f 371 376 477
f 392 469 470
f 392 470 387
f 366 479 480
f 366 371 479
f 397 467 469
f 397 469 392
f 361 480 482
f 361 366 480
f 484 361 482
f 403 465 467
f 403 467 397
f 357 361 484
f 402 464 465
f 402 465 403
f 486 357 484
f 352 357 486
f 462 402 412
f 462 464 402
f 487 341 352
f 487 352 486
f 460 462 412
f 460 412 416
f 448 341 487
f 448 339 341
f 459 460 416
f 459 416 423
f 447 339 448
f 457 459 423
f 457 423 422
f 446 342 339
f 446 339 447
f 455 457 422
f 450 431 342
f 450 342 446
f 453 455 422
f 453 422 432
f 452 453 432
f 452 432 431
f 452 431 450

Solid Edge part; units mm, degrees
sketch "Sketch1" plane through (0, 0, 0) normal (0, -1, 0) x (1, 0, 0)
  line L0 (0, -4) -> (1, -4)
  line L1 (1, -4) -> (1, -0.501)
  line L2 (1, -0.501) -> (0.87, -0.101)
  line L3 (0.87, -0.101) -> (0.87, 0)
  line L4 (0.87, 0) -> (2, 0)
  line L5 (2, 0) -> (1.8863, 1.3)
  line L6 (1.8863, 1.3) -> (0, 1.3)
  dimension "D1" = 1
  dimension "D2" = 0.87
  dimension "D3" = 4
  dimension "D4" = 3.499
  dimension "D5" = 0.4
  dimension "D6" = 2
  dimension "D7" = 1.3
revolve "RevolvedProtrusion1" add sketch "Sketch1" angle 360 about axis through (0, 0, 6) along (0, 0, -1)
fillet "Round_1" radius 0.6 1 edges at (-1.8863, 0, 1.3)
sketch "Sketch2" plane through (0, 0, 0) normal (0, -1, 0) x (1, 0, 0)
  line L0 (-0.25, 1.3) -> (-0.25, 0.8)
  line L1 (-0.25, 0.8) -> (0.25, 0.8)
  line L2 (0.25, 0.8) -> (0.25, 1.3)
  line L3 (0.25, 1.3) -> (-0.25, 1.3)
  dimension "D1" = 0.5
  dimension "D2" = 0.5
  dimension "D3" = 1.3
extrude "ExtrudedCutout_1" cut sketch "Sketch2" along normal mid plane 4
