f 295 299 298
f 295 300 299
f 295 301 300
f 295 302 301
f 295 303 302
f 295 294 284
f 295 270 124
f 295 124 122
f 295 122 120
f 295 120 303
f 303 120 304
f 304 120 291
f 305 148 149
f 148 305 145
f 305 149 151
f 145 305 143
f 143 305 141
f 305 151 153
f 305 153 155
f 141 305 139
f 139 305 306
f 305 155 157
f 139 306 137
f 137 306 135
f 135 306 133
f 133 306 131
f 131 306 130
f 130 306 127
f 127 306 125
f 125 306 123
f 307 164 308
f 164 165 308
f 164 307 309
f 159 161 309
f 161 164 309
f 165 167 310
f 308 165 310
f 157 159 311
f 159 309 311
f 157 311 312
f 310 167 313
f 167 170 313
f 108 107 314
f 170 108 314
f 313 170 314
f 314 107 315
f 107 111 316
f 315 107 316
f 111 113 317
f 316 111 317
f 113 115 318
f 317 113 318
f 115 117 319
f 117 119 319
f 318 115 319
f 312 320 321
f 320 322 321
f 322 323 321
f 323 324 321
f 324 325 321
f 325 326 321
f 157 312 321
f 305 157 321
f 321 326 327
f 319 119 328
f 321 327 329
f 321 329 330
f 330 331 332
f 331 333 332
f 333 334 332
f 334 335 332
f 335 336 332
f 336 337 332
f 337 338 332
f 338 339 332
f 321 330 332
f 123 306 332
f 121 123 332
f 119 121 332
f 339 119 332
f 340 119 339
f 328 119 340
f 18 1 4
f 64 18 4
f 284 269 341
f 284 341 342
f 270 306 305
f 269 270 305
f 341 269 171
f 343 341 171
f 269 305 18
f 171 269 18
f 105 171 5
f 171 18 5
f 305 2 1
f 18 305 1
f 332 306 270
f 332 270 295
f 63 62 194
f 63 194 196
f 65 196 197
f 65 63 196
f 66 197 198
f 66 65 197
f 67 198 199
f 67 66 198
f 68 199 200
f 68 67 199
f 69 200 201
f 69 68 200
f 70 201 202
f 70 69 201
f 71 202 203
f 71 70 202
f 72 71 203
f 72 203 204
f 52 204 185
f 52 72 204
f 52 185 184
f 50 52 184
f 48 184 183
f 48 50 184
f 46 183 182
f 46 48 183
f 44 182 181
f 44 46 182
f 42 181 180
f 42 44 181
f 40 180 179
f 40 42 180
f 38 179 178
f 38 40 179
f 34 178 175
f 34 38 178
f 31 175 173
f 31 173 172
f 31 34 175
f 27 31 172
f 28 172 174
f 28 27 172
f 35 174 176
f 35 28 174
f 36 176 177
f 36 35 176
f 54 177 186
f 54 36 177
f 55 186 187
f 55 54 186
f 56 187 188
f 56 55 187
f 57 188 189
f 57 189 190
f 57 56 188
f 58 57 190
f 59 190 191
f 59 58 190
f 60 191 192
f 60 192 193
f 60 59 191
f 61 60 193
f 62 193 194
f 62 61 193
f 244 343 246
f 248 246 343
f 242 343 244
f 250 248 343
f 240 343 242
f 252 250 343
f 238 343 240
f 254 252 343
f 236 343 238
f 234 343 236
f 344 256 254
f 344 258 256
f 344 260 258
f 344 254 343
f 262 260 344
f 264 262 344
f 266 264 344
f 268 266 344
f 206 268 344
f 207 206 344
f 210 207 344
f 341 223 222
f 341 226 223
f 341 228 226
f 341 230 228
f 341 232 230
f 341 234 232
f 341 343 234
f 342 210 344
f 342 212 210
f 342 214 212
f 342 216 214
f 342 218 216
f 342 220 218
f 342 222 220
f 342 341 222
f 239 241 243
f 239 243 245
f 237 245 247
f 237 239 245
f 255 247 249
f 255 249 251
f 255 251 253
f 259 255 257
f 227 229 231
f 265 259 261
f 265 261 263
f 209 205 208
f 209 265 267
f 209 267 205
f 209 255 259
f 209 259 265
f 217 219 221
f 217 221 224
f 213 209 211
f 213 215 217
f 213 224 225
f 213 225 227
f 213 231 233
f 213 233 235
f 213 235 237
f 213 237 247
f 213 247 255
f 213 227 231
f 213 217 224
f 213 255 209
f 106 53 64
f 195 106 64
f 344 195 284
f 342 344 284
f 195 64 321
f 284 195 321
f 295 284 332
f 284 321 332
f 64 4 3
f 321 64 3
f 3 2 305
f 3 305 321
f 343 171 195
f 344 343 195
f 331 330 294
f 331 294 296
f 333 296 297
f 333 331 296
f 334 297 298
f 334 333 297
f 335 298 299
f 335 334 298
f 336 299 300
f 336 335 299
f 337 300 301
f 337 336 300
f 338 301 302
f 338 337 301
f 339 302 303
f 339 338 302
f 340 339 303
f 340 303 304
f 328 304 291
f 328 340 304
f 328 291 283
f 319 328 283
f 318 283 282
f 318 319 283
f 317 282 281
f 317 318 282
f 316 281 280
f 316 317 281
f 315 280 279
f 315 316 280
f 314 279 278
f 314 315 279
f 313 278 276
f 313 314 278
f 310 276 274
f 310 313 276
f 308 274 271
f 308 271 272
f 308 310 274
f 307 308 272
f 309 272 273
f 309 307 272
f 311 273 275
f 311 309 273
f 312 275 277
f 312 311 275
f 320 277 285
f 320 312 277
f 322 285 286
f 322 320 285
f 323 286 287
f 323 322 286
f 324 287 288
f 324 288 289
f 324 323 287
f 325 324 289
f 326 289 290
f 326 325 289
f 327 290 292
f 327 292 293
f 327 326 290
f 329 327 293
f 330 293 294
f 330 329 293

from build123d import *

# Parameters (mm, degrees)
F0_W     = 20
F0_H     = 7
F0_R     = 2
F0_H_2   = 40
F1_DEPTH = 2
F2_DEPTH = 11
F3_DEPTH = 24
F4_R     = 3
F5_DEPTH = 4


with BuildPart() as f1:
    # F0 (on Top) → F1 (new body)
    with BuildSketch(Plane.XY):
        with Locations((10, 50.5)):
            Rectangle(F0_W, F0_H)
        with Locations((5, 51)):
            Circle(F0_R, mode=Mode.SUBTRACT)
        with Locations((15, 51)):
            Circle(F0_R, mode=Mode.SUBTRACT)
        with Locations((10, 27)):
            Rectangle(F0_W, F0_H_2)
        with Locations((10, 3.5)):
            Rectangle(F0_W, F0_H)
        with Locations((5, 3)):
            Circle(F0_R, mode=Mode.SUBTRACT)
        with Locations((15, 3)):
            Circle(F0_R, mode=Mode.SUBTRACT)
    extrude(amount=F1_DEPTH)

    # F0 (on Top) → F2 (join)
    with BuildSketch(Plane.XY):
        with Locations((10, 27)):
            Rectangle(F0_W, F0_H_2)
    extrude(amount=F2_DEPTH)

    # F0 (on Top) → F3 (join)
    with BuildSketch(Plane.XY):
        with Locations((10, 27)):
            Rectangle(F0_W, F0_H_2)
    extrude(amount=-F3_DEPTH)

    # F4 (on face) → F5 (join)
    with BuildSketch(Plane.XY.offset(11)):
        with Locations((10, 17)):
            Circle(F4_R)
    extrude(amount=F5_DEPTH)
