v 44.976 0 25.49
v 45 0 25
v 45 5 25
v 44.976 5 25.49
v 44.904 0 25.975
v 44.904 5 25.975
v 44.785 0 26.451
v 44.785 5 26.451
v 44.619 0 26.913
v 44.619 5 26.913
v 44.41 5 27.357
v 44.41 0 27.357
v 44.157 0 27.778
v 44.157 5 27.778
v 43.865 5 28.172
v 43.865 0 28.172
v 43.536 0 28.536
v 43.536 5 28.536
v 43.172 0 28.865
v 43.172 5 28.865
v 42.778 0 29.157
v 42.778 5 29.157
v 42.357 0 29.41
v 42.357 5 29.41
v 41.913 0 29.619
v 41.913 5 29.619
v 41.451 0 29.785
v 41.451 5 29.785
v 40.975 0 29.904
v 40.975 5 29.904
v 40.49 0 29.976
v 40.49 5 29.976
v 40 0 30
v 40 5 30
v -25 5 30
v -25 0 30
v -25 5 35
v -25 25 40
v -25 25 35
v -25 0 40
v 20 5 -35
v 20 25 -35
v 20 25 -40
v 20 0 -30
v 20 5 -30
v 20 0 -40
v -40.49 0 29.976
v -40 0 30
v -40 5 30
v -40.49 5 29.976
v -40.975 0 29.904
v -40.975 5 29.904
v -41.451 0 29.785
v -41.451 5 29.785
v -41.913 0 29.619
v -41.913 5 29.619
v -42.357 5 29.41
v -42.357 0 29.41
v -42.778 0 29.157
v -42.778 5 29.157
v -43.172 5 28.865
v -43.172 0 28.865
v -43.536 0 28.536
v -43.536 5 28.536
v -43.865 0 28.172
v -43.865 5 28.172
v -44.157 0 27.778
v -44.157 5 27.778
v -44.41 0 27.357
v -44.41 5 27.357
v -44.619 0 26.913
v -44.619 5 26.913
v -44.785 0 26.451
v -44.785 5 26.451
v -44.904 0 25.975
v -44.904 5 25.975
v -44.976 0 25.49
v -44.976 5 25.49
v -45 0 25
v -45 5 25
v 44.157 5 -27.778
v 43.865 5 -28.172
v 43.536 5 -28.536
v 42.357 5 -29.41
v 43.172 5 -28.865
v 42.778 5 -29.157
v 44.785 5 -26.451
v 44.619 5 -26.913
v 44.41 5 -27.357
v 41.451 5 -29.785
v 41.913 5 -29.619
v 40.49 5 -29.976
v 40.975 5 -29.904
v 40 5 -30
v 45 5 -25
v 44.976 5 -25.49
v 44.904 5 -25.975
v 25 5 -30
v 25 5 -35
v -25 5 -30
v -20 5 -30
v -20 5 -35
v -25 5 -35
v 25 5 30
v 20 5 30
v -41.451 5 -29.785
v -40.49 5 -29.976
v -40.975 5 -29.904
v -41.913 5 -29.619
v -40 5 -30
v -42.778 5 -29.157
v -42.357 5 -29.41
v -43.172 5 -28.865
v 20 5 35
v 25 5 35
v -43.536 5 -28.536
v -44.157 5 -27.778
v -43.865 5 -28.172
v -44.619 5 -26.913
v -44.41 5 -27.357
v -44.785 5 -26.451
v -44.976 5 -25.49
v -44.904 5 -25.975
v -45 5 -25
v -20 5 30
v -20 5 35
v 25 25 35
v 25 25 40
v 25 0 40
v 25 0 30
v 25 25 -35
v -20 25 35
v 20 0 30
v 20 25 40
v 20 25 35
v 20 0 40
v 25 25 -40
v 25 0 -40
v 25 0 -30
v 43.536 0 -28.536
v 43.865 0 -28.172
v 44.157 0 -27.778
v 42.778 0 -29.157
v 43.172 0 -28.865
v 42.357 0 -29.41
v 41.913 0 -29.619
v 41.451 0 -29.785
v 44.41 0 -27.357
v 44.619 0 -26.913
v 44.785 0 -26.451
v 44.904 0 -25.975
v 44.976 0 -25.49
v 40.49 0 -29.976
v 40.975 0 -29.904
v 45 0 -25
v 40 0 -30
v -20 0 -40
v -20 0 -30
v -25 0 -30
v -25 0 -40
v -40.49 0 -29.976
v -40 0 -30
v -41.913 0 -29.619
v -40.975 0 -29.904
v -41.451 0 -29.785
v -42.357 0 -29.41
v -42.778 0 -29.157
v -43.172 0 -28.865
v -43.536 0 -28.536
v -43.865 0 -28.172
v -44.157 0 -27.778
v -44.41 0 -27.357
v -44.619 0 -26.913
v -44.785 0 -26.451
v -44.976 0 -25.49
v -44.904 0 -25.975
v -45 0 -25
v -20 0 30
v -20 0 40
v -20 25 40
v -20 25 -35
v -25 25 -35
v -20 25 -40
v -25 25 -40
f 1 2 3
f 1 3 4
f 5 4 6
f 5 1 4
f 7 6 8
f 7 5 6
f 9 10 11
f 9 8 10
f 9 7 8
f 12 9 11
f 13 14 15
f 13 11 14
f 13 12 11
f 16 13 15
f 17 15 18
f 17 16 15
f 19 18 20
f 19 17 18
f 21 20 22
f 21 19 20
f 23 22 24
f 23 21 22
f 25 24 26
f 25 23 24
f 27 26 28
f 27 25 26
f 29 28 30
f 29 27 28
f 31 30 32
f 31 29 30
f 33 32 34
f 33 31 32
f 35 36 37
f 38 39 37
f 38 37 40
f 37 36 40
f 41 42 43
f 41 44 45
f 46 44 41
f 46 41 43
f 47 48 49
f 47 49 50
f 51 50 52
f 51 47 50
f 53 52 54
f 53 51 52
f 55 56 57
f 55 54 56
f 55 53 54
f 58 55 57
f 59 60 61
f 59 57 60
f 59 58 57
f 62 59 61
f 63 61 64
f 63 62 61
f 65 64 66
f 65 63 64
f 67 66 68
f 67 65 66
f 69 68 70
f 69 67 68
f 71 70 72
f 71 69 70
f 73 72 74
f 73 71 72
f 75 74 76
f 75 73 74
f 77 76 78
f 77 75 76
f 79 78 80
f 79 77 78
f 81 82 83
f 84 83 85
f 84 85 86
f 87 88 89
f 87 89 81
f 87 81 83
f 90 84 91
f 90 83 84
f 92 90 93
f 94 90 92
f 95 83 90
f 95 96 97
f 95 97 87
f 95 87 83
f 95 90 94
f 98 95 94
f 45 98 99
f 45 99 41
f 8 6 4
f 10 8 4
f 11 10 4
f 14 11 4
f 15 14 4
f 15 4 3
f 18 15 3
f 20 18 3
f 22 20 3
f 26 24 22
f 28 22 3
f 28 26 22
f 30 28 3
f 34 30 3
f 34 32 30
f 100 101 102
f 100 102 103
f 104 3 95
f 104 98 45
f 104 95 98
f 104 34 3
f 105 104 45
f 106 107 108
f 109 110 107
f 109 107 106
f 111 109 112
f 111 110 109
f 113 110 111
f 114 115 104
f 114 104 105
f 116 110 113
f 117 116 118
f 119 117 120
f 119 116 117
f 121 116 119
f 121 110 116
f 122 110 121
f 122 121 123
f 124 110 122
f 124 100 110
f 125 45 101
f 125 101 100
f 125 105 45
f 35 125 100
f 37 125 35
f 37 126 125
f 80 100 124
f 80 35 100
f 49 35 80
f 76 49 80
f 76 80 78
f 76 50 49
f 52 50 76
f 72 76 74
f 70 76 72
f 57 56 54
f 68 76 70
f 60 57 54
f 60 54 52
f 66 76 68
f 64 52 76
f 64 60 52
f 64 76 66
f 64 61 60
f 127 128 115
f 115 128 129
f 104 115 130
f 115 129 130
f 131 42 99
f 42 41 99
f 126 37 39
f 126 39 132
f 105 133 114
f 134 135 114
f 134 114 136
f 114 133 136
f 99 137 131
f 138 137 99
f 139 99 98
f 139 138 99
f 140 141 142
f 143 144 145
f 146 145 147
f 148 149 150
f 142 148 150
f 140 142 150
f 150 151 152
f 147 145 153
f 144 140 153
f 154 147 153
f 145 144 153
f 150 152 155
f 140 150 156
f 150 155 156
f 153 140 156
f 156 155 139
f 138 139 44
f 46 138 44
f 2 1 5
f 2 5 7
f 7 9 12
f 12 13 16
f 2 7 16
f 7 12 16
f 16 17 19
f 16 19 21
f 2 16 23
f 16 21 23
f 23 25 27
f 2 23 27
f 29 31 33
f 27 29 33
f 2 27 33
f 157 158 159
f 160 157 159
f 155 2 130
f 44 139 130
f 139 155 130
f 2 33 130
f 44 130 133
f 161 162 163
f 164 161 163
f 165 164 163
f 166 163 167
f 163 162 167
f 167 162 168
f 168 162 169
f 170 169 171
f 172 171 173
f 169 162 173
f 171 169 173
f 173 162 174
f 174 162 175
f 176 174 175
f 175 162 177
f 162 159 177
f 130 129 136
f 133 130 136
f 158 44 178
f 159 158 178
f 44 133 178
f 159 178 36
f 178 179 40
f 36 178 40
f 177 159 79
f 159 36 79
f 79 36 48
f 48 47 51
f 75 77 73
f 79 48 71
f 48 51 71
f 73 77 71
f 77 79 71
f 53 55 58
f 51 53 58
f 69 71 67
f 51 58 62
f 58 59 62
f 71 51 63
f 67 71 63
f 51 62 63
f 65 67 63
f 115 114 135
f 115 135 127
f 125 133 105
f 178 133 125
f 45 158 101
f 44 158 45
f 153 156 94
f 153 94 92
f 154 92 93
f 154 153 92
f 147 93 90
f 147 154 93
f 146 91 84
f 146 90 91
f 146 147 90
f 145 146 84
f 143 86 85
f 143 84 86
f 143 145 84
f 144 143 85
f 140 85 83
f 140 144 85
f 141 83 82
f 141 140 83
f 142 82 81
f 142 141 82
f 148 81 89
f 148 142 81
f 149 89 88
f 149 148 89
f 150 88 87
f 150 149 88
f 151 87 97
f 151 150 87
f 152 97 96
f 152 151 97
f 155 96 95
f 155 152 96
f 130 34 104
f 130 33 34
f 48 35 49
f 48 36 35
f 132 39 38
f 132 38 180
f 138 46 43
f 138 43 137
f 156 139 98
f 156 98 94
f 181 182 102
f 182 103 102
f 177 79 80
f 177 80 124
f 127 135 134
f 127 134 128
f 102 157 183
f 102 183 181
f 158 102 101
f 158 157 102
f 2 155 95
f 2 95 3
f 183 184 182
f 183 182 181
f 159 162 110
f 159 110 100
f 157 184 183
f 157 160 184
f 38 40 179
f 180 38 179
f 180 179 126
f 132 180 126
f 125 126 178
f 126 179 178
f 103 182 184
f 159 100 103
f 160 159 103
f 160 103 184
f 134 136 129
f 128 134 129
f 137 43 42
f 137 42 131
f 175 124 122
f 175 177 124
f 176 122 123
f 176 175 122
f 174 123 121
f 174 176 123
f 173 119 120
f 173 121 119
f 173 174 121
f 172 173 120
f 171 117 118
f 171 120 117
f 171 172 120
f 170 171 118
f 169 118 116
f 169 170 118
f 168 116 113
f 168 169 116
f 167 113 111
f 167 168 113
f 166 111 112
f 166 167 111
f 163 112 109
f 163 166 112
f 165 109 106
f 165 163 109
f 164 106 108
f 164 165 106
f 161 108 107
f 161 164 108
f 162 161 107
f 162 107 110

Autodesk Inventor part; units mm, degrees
ref_plane "YZ Plane" through (0, 0, 0) normal (1, 0, 0) x (0, 1, 0)
ref_plane "XZ Plane" through (0, 0, 0) normal (0, 1, 0) x (-1, 0, 0)
ref_plane "XY Plane" through (0, 0, 0) normal (0, 0, 1) x (1, 0, 0)
sketch "Szkic1" plane through (0, 0, 0) normal (0, 1, 0) x (-1, 0, 0)
  line L0 (40, -30) -> (25, -30)
  line L1 (-45, -25) -> (-45, 25)
  line L2 (-40, 30) -> (-25, 30)
  line L3 (45, 25) -> (45, -25)
  arc A0 (45, 25) -> (40, 30) centre (40, 25) ccw
  arc A1 (40, -30) -> (45, -25) centre (40, -25) ccw
  arc A2 (-45, -25) -> (-40, -30) centre (-40, -25) ccw
  arc A3 (-40, 30) -> (-45, 25) centre (-40, 25) ccw
  line L4 (40, 30) -> (35, 30)
  line L5 (20, 30) -> (20, 25)
  line L6 (20, 25) -> (25, 25)
  line L7 (25, 25) -> (25, 30)
  line L8 (2.5, 30) -> (-2.5, 30)
  line L9 (-25, 30) -> (-25, 25)
  line L10 (-25, 25) -> (-20, 25)
  line L11 (-20, 25) -> (-20, 30)
  line L12 (-35, 30) -> (-40, 30)
  line L13 (35, -30) -> (40, -30)
  line L14 (25, -25) -> (20, -25)
  line L15 (20, -25) -> (20, -30)
  line L16 (25, -30) -> (25, -25)
  line L17 (-2.5, -30) -> (2.5, -30)
  line L18 (-20, -25) -> (-25, -25)
  line L19 (-25, -25) -> (-25, -30)
  line L20 (-20, -30) -> (-20, -25)
  line L21 (-40, -30) -> (-35, -30)
  line L22 (20, -30) -> (-20, -30)
  line L23 (-25, -30) -> (-40, -30)
  line L24 (-20, 30) -> (20, 30)
  line L25 (25, 30) -> (40, 30)
  point P0 (0, 0)
  point P1 (40, -30)
  dimension "d2" = 5
  dimension "d5" = 5
  dimension "d6" = 5
  dimension "d9" = 5
  dimension "d12" = 5
  dimension "d13" = 5
  dimension "d15" = 5
  dimension "d17" = 5
  dimension "d19" = 5
  dimension "d21" = 5
ref_plane "Płaszczyzna konstrukcyjna2" through (0, 0, 0) normal (0, -1, 0) x (1, 0, 0)
sketch "Szkic5" plane through (0, 0, 0) normal (0, -1, 0) x (1, 0, 0)
  line L0 (25, 25) -> (20, 25)
  line L1 (20, 25) -> (20, 40)
  line L2 (20, 40) -> (25, 40)
  line L3 (25, 40) -> (25, 25)
  line L4 (-20, 25) -> (-25, 25)
  line L5 (-25, 25) -> (-25, 40)
  line L6 (-25, 40) -> (-20, 40)
  line L7 (-20, 40) -> (-20, 25)
  line L8 (25, -25) -> (20, -25)
  line L9 (20, -25) -> (20, -40)
  line L10 (20, -40) -> (25, -40)
  line L11 (25, -40) -> (25, -25)
  line L12 (-20, -25) -> (-25, -25)
  line L13 (-25, -25) -> (-25, -40)
  line L14 (-25, -40) -> (-20, -40)
  line L15 (-20, -40) -> (-20, -25)
  point P0 (0, 0)
  dimension "d56" = 5
  dimension "d57" = 15
  dimension "d58" = 5
  dimension "d59" = 15
  dimension "d60" = 5
  dimension "d61" = 15
  dimension "d62" = 5
  dimension "d63" = 15
extrude "Wyciągnięcie proste5" add sketch "Szkic5" against normal blind 5
ref_plane "Płaszczyzna konstrukcyjna3" through (0, 5, 0) normal (0, 1, 0) x (1, 0, 0)
sketch "Szkic6" plane through (0, 5, 0) normal (0, 1, 0) x (1, 0, 0)
  line L0 (25, -40) -> (20, -40)
  line L1 (20, -40) -> (20, -35)
  line L2 (20, -35) -> (25, -35)
  line L3 (25, -35) -> (25, -40)
  line L4 (-20, -40) -> (-25, -40)
  line L5 (-25, -40) -> (-25, -35)
  line L6 (-25, -35) -> (-20, -35)
  line L7 (-20, -35) -> (-20, -40)
  line L8 (25, 40) -> (20, 40)
  line L9 (20, 40) -> (20, 35)
  line L10 (20, 35) -> (25, 35)
  line L11 (25, 35) -> (25, 40)
  line L12 (-20, 40) -> (-25, 40)
  line L13 (-25, 40) -> (-25, 35)
  line L14 (-25, 35) -> (-20, 35)
  line L15 (-20, 35) -> (-20, 40)
  point P0 (0, 0)
  dimension "d64" = 5
  dimension "d66" = 5
  dimension "d67" = 5
  dimension "d68" = 5
  dimension "d69" = 5
  dimension "d70" = 5
  dimension "d71" = 5
  dimension "d72" = 5
  dimension "d73" = 5
extrude "Wyciągnięcie proste6" add sketch "Szkic6" along normal blind 20
extrude "Wyciągnięcie proste7" add sketch "Szkic1" along normal blind 5
sketch "Szkic7" plane through (0, 0, 0) normal (0, -1, 0) x (1, 0, 0)
  point P0 (0, 0)
properties part number "Floor"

*Work to be completed*
Retype exactly the lines from the first line of the records above through the line containing "(-1.8863, 0, 1.3)", both included, and nothing else.

*Exercise response*
f 371 376 477
f 392 469 470
f 392 470 387
f 366 479 480
f 366 371 479
f 397 467 469
f 397 469 392
f 361 480 482
f 361 366 480
f 484 361 482
f 403 465 467
f 403 467 397
f 357 361 484
f 402 464 465
f 402 465 403
f 486 357 484
f 352 357 486
f 462 402 412
f 462 464 402
f 487 341 352
f 487 352 486
f 460 462 412
f 460 412 416
f 448 341 487
f 448 339 341
f 459 460 416
f 459 416 423
f 447 339 448
f 457 459 423
f 457 423 422
f 446 342 339
f 446 339 447
f 455 457 422
f 450 431 342
f 450 342 446
f 453 455 422
f 453 422 432
f 452 453 432
f 452 432 431
f 452 431 450

Solid Edge part; units mm, degrees
sketch "Sketch1" plane through (0, 0, 0) normal (0, -1, 0) x (1, 0, 0)
  line L0 (0, -4) -> (1, -4)
  line L1 (1, -4) -> (1, -0.501)
  line L2 (1, -0.501) -> (0.87, -0.101)
  line L3 (0.87, -0.101) -> (0.87, 0)
  line L4 (0.87, 0) -> (2, 0)
  line L5 (2, 0) -> (1.8863, 1.3)
  line L6 (1.8863, 1.3) -> (0, 1.3)
  dimension "D1" = 1
  dimension "D2" = 0.87
  dimension "D3" = 4
  dimension "D4" = 3.499
  dimension "D5" = 0.4
  dimension "D6" = 2
  dimension "D7" = 1.3
revolve "RevolvedProtrusion1" add sketch "Sketch1" angle 360 about axis through (0, 0, 6) along (0, 0, -1)
fillet "Round_1" radius 0.6 1 edges at (-1.8863, 0, 1.3)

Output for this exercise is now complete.